_TASK TO COMPLETE_. Look through the entries below and show every line containing the word "with".

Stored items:
....

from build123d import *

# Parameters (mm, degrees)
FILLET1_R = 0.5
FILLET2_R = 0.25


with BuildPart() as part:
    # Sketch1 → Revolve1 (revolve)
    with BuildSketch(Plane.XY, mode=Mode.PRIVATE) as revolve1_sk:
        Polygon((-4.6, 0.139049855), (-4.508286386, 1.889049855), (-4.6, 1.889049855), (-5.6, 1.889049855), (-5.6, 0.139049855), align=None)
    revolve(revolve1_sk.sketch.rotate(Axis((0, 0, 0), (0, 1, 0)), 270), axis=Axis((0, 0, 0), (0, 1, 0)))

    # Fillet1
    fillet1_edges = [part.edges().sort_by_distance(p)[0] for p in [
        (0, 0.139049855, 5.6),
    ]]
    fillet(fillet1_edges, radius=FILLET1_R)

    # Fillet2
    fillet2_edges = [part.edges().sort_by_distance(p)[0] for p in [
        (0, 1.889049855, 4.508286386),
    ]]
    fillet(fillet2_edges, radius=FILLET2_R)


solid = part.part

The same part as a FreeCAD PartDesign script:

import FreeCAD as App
import Part
import Sketcher
Q = App.Units.Quantity


def edges_at(feature, points):
    """Names of the edges that pass closest to the given points."""
    edges = feature.Shape.Edges
    near = lambda p: min(range(len(edges)), key=lambda i: edges[i].distToShape(Part.Vertex(*p))[0])
    return sorted({f"Edge{near(p) + 1}" for p in points})


def add_polygon(sketch, points):
    """Adds a closed chain of lines whose ends are joined by coincident constraints."""
    first, n = sketch.GeometryCount, len(points)
    for a, b in zip(points, points[1:] + points[:1]):
        sketch.addGeometry(Part.LineSegment(App.Vector(*a, 0), App.Vector(*b, 0)), False)
    for i in range(n):
        sketch.addConstraint(Sketcher.Constraint("Coincident", first + i, 2, first + (i + 1) % n, 1))

doc = App.newDocument("Part")
body = doc.addObject("PartDesign::Body", "Body")

# Sketch on XY plane
sketch1 = body.newObject("Sketcher::SketchObject", "Sketch")
sketch1.AttachmentSupport = (doc.getObject("XY_Plane"), [""])
sketch1.MapMode = "FlatFace"
add_polygon(sketch1, [(-4.6, 0.13905), (-4.508286, 1.88905), (-5.6, 1.88905), (-5.6, 0.13905)])  # lines 0-3
sketch1.addConstraint(Sketcher.Constraint("Horizontal", 1))
sketch1.addConstraint(Sketcher.Constraint("Vertical", 2))
sketch1.addConstraint(Sketcher.Constraint("Horizontal", 3))
sketch1.addConstraint(Sketcher.Constraint("DistanceX", 3, 1, 3, 2, Q("1 mm")))
sketch1.addConstraint(Sketcher.Constraint("Angle", 0, Q("87 deg")))
sketch1.addConstraint(Sketcher.Constraint("DistanceY", 2, 2, 2, 1, Q("1.75 mm")))
sketch1.addConstraint(Sketcher.Constraint("DistanceX", 1, 2, -1, 1, Q("5.6 mm")))
sketch1.addConstraint(Sketcher.Constraint("DistanceY", -1, 1, 0, 2, Q("1.88905 mm")))
revolution = body.newObject("PartDesign::Revolution", "Revolution")
revolution.Profile = sketch1
revolution.ReferenceAxis = (sketch1, ["V_Axis"])
revolution.Angle = 360
doc.recompute()

fillet = body.newObject("PartDesign::Fillet", "Fillet")
fillet.Base = (revolution, edges_at(revolution, [(0, 0.139, 5.6)]))
fillet.Radius = 0.5
doc.recompute()

fillet2 = body.newObject("PartDesign::Fillet", "Fillet001")
fillet2.Base = (fillet, edges_at(fillet, [(0, 1.889, 4.508)]))
fillet2.Radius = 0.25

doc.recompute()
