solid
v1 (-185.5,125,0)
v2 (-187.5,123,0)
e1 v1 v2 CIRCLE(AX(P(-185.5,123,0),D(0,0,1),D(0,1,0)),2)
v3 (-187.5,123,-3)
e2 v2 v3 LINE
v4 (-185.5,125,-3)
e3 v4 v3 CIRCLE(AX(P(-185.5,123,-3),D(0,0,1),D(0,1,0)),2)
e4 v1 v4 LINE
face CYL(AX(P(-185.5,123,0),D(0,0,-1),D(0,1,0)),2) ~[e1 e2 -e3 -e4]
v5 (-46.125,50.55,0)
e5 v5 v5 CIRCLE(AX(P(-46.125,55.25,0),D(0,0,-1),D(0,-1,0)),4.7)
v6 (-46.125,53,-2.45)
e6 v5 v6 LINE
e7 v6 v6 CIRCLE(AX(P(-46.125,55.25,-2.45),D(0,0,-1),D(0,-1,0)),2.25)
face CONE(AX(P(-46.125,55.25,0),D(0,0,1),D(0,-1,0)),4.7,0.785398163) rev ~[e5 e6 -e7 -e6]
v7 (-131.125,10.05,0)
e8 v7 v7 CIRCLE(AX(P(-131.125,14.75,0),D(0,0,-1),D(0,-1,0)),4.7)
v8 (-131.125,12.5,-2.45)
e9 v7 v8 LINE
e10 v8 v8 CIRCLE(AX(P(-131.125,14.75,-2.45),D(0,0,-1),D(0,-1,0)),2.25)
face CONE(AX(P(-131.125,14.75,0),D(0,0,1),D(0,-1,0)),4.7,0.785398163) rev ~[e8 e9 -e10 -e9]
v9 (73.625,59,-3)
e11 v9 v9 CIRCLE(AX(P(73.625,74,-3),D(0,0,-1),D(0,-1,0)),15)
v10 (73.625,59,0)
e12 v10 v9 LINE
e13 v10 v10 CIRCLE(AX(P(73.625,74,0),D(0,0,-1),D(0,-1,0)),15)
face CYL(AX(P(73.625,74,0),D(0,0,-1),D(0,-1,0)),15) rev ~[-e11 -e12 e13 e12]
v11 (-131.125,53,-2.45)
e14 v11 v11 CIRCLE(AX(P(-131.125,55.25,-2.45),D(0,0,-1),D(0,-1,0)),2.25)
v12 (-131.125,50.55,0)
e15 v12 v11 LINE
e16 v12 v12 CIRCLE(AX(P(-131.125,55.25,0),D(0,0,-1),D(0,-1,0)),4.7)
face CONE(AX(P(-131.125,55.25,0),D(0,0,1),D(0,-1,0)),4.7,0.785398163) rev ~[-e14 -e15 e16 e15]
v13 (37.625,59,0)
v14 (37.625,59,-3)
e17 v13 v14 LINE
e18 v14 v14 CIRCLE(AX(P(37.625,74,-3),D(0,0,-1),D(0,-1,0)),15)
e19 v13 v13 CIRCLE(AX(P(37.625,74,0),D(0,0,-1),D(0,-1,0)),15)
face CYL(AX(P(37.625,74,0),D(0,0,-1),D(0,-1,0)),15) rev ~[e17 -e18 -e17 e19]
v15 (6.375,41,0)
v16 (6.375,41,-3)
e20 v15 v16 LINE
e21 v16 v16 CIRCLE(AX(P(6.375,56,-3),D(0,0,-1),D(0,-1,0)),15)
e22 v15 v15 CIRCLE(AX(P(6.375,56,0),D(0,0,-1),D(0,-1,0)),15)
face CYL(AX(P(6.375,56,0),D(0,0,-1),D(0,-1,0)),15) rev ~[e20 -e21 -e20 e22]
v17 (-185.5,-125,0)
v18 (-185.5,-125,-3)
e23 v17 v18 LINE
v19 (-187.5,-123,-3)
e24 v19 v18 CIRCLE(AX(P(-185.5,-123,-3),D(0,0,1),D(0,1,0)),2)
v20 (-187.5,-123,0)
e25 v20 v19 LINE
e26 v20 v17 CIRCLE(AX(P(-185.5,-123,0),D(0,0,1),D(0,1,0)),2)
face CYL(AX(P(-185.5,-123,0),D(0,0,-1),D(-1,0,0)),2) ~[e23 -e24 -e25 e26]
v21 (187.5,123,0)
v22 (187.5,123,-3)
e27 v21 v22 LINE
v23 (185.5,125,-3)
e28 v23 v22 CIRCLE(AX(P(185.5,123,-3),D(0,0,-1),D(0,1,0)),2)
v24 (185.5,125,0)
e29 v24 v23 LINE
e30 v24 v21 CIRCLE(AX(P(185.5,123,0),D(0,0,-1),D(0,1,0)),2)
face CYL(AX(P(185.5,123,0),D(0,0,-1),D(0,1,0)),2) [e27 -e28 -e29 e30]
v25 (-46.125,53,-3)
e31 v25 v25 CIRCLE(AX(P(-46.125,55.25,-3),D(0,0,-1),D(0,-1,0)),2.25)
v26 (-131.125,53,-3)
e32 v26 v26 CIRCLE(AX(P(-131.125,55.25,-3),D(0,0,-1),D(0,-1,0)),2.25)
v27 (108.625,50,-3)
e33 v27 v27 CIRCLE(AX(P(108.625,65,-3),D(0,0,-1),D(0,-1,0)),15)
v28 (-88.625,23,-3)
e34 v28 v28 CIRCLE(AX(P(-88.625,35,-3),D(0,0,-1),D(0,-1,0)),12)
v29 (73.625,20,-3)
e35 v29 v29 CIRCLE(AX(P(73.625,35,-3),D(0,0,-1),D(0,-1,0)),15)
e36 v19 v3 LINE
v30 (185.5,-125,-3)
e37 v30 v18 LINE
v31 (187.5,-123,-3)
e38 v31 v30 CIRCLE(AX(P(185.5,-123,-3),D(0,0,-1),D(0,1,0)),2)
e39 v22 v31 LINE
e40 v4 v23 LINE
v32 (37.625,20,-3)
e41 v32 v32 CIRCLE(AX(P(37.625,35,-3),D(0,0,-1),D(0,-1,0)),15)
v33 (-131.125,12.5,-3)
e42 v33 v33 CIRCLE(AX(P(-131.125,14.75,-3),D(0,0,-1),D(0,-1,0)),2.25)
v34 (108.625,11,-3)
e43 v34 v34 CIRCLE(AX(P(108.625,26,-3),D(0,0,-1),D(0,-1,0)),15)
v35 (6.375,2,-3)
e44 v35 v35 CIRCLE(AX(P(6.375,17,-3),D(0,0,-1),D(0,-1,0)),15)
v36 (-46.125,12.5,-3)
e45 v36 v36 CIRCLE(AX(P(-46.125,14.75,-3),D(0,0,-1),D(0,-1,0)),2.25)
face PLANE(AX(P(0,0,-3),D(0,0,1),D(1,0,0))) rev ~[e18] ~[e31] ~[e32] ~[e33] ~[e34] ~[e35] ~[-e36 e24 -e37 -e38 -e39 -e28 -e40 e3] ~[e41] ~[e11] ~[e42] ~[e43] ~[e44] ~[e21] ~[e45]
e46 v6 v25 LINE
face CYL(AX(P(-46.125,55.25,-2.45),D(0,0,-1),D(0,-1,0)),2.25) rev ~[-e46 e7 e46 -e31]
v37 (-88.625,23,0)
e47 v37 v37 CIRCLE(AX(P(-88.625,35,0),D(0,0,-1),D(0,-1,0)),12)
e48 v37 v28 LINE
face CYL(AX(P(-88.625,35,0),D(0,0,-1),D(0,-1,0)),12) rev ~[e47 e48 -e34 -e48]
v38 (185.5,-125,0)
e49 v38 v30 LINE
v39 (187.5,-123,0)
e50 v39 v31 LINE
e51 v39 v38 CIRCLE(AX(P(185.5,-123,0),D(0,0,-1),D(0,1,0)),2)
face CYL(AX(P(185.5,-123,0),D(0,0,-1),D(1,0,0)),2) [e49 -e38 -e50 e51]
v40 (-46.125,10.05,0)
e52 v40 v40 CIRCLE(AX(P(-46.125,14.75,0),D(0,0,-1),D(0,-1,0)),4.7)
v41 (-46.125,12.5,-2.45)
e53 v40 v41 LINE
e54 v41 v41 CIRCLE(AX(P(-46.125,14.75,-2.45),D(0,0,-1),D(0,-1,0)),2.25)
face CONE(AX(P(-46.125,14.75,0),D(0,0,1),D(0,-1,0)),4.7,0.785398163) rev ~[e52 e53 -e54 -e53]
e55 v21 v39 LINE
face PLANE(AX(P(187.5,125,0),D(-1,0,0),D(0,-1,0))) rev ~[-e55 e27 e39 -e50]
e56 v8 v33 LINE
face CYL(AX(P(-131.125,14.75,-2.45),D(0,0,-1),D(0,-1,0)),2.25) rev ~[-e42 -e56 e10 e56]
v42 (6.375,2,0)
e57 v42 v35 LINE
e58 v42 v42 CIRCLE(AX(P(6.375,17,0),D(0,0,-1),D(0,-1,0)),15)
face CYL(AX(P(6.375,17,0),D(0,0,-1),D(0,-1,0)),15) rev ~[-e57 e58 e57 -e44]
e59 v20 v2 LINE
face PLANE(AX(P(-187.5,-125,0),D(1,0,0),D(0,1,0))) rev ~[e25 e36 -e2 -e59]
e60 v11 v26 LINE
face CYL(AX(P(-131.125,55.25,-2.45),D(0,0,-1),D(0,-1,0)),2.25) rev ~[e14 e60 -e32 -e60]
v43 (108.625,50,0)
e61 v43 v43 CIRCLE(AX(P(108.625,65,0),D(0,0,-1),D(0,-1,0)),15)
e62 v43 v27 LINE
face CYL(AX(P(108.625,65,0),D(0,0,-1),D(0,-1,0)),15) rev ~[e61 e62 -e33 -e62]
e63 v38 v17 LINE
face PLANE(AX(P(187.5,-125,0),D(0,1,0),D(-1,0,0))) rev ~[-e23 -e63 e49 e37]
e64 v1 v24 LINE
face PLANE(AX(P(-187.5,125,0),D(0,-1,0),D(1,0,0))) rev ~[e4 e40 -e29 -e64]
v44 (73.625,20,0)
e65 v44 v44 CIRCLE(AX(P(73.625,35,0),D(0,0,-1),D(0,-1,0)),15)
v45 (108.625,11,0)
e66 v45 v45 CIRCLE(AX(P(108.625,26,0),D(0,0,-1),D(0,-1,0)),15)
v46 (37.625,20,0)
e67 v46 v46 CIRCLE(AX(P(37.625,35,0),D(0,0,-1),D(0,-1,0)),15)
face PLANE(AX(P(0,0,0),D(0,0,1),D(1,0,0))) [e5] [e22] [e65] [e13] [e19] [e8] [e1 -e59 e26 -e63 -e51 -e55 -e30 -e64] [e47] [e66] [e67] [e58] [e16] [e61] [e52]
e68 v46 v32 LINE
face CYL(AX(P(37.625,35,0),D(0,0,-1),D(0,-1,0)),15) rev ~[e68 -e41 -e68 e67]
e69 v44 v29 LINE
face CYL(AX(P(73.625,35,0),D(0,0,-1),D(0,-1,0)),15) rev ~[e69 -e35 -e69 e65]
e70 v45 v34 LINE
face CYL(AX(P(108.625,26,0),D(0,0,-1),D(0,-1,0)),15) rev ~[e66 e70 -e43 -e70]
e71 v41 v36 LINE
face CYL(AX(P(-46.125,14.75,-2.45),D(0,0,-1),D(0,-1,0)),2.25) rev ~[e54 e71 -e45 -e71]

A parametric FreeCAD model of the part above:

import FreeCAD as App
import Part
import Sketcher
Q = App.Units.Quantity


def edges_at(feature, points):
    """Names of the edges that pass closest to the given points."""
    edges = feature.Shape.Edges
    near = lambda p: min(range(len(edges)), key=lambda i: edges[i].distToShape(Part.Vertex(*p))[0])
    return sorted({f"Edge{near(p) + 1}" for p in points})


def add_polygon(sketch, points):
    """Adds a closed chain of lines whose ends are joined by coincident constraints."""
    first, n = sketch.GeometryCount, len(points)
    for a, b in zip(points, points[1:] + points[:1]):
        sketch.addGeometry(Part.LineSegment(App.Vector(*a, 0), App.Vector(*b, 0)), False)
    for i in range(n):
        sketch.addConstraint(Sketcher.Constraint("Coincident", first + i, 2, first + (i + 1) % n, 1))

doc = App.newDocument("Part")
body = doc.addObject("PartDesign::Body", "Body")

sketch1 = doc.addObject("Sketcher::SketchObject", "Sketch")
body.addObject(sketch1)
sketch1.AttachmentSupport = (doc.XY_Plane, [""])
sketch1.MapMode = "FlatFace"
add_polygon(sketch1, [(188, 125), (-188, 125), (-188, -125), (188, -125)])
sketch1.addConstraint(Sketcher.Constraint("Horizontal", 0))
sketch1.addConstraint(Sketcher.Constraint("Vertical", 1))
sketch1.addConstraint(Sketcher.Constraint("Horizontal", 2))
sketch1.addConstraint(Sketcher.Constraint("Vertical", 3))
sketch1.addConstraint(Sketcher.Constraint("Symmetric", 0, 2, 2, 2, -1, 1))
sketch1.addConstraint(Sketcher.Constraint("DistanceX", 0, 2, 0, 1, Q("375 mm")))
sketch1.addConstraint(Sketcher.Constraint("DistanceY", 1, 2, 1, 1, Q("250 mm")))
pad1 = doc.addObject("PartDesign::Pad", "Pad")
body.addObject(pad1)
pad1.Profile = sketch1
pad1.Length = 3
pad1.Reversed = True

sketch2 = doc.addObject("Sketcher::SketchObject", "Sketch001")
body.addObject(sketch2)
sketch2.AttachmentSupport = (doc.XY_Plane, [""])
sketch2.MapMode = "FlatFace"
sketch2.addGeometry(Part.Circle(App.Vector(-46.1, 14.8, 0), App.Vector(0, 0, 1), 2.2), False)
sketch2.addGeometry(Part.Circle(App.Vector(-46.1, 55.2, 0), App.Vector(0, 0, 1), 2.2), False)
sketch2.addGeometry(Part.Circle(App.Vector(-131.1, 55.2, 0), App.Vector(0, 0, 1), 2.2), False)
sketch2.addGeometry(Part.Circle(App.Vector(-131.1, 14.8, 0), App.Vector(0, 0, 1), 2.2), False)
sketch2.addConstraint(Sketcher.Constraint("Equal", 0, 1))
sketch2.addConstraint(Sketcher.Constraint("Equal", 1, 2))
sketch2.addConstraint(Sketcher.Constraint("Equal", 2, 3))
sketch2.addConstraint(Sketcher.Constraint("Horizontal", 1, 3, 2, 3))
sketch2.addConstraint(Sketcher.Constraint("Horizontal", 0, 3, 3, 3))
sketch2.addConstraint(Sketcher.Constraint("Vertical", 0, 3, 1, 3))
sketch2.addConstraint(Sketcher.Constraint("Vertical", 2, 3, 3, 3))
sketch2.addConstraint(Sketcher.Constraint("Diameter", 0, Q("4.5 mm")))
sketch2.addConstraint(Sketcher.Constraint("DistanceX", 2, 3, 1, 3, Q("85 mm")))
sketch2.addConstraint(Sketcher.Constraint("DistanceY", 0, 3, 1, 3, Q("40.5 mm")))
sketch2.addConstraint(Sketcher.Constraint("DistanceY", -1, 1, 0, 3, Q("14.75 mm")))
sketch2.addConstraint(Sketcher.Constraint("DistanceX", 0, 3, -1, 1, Q("46.125 mm")))
doc.recompute()
hole = doc.addObject("PartDesign::Hole", "Hole")
body.addObject(hole)
hole.Profile = sketch2
hole.ThreadType = "None"
hole.Diameter = 4.5
hole.DepthType = "ThroughAll"
hole.HoleCutType = "Countersink"
hole.HoleCutDiameter = 9.4
hole.HoleCutCountersinkAngle = 90

sketch3 = doc.addObject("Sketcher::SketchObject", "Sketch002")
body.addObject(sketch3)
sketch3.AttachmentSupport = (doc.XY_Plane, [""])
sketch3.MapMode = "FlatFace"
sketch3.addGeometry(Part.Circle(App.Vector(-89, 35, 0), App.Vector(0, 0, 1), 12), False)
sketch3.addConstraint(Sketcher.Constraint("Diameter", 0, Q("24 mm")))
sketch3.addConstraint(Sketcher.Constraint("DistanceY", -1, 1, 0, 3, Q("35 mm")))
sketch3.addConstraint(Sketcher.Constraint("DistanceX", 0, 3, -1, 1, Q("88.625 mm")))
doc.recompute()
hole2 = doc.addObject("PartDesign::Hole", "Hole001")
body.addObject(hole2)
hole2.Profile = sketch3
hole2.ThreadType = "None"
hole2.Diameter = 24
hole2.DepthType = "ThroughAll"

sketch4 = doc.addObject("Sketcher::SketchObject", "Sketch003")
body.addObject(sketch4)
sketch4.AttachmentSupport = (doc.XY_Plane, [""])
sketch4.MapMode = "FlatFace"
sketch4.addGeometry(Part.Circle(App.Vector(109, 26, 0), App.Vector(0, 0, 1), 15), False)
sketch4.addGeometry(Part.Circle(App.Vector(74, 35, 0), App.Vector(0, 0, 1), 15), False)
sketch4.addGeometry(Part.Circle(App.Vector(74, 74, 0), App.Vector(0, 0, 1), 15), False)
sketch4.addGeometry(Part.Circle(App.Vector(109, 65, 0), App.Vector(0, 0, 1), 15), False)
sketch4.addGeometry(Part.Circle(App.Vector(38, 74, 0), App.Vector(0, 0, 1), 15), False)
sketch4.addGeometry(Part.Circle(App.Vector(38, 35, 0), App.Vector(0, 0, 1), 15), False)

....

_RESULT OF THE TASK_.
with BuildPart() as part:
    with BuildSketch(Plane.XY, mode=Mode.PRIVATE) as revolve1_sk:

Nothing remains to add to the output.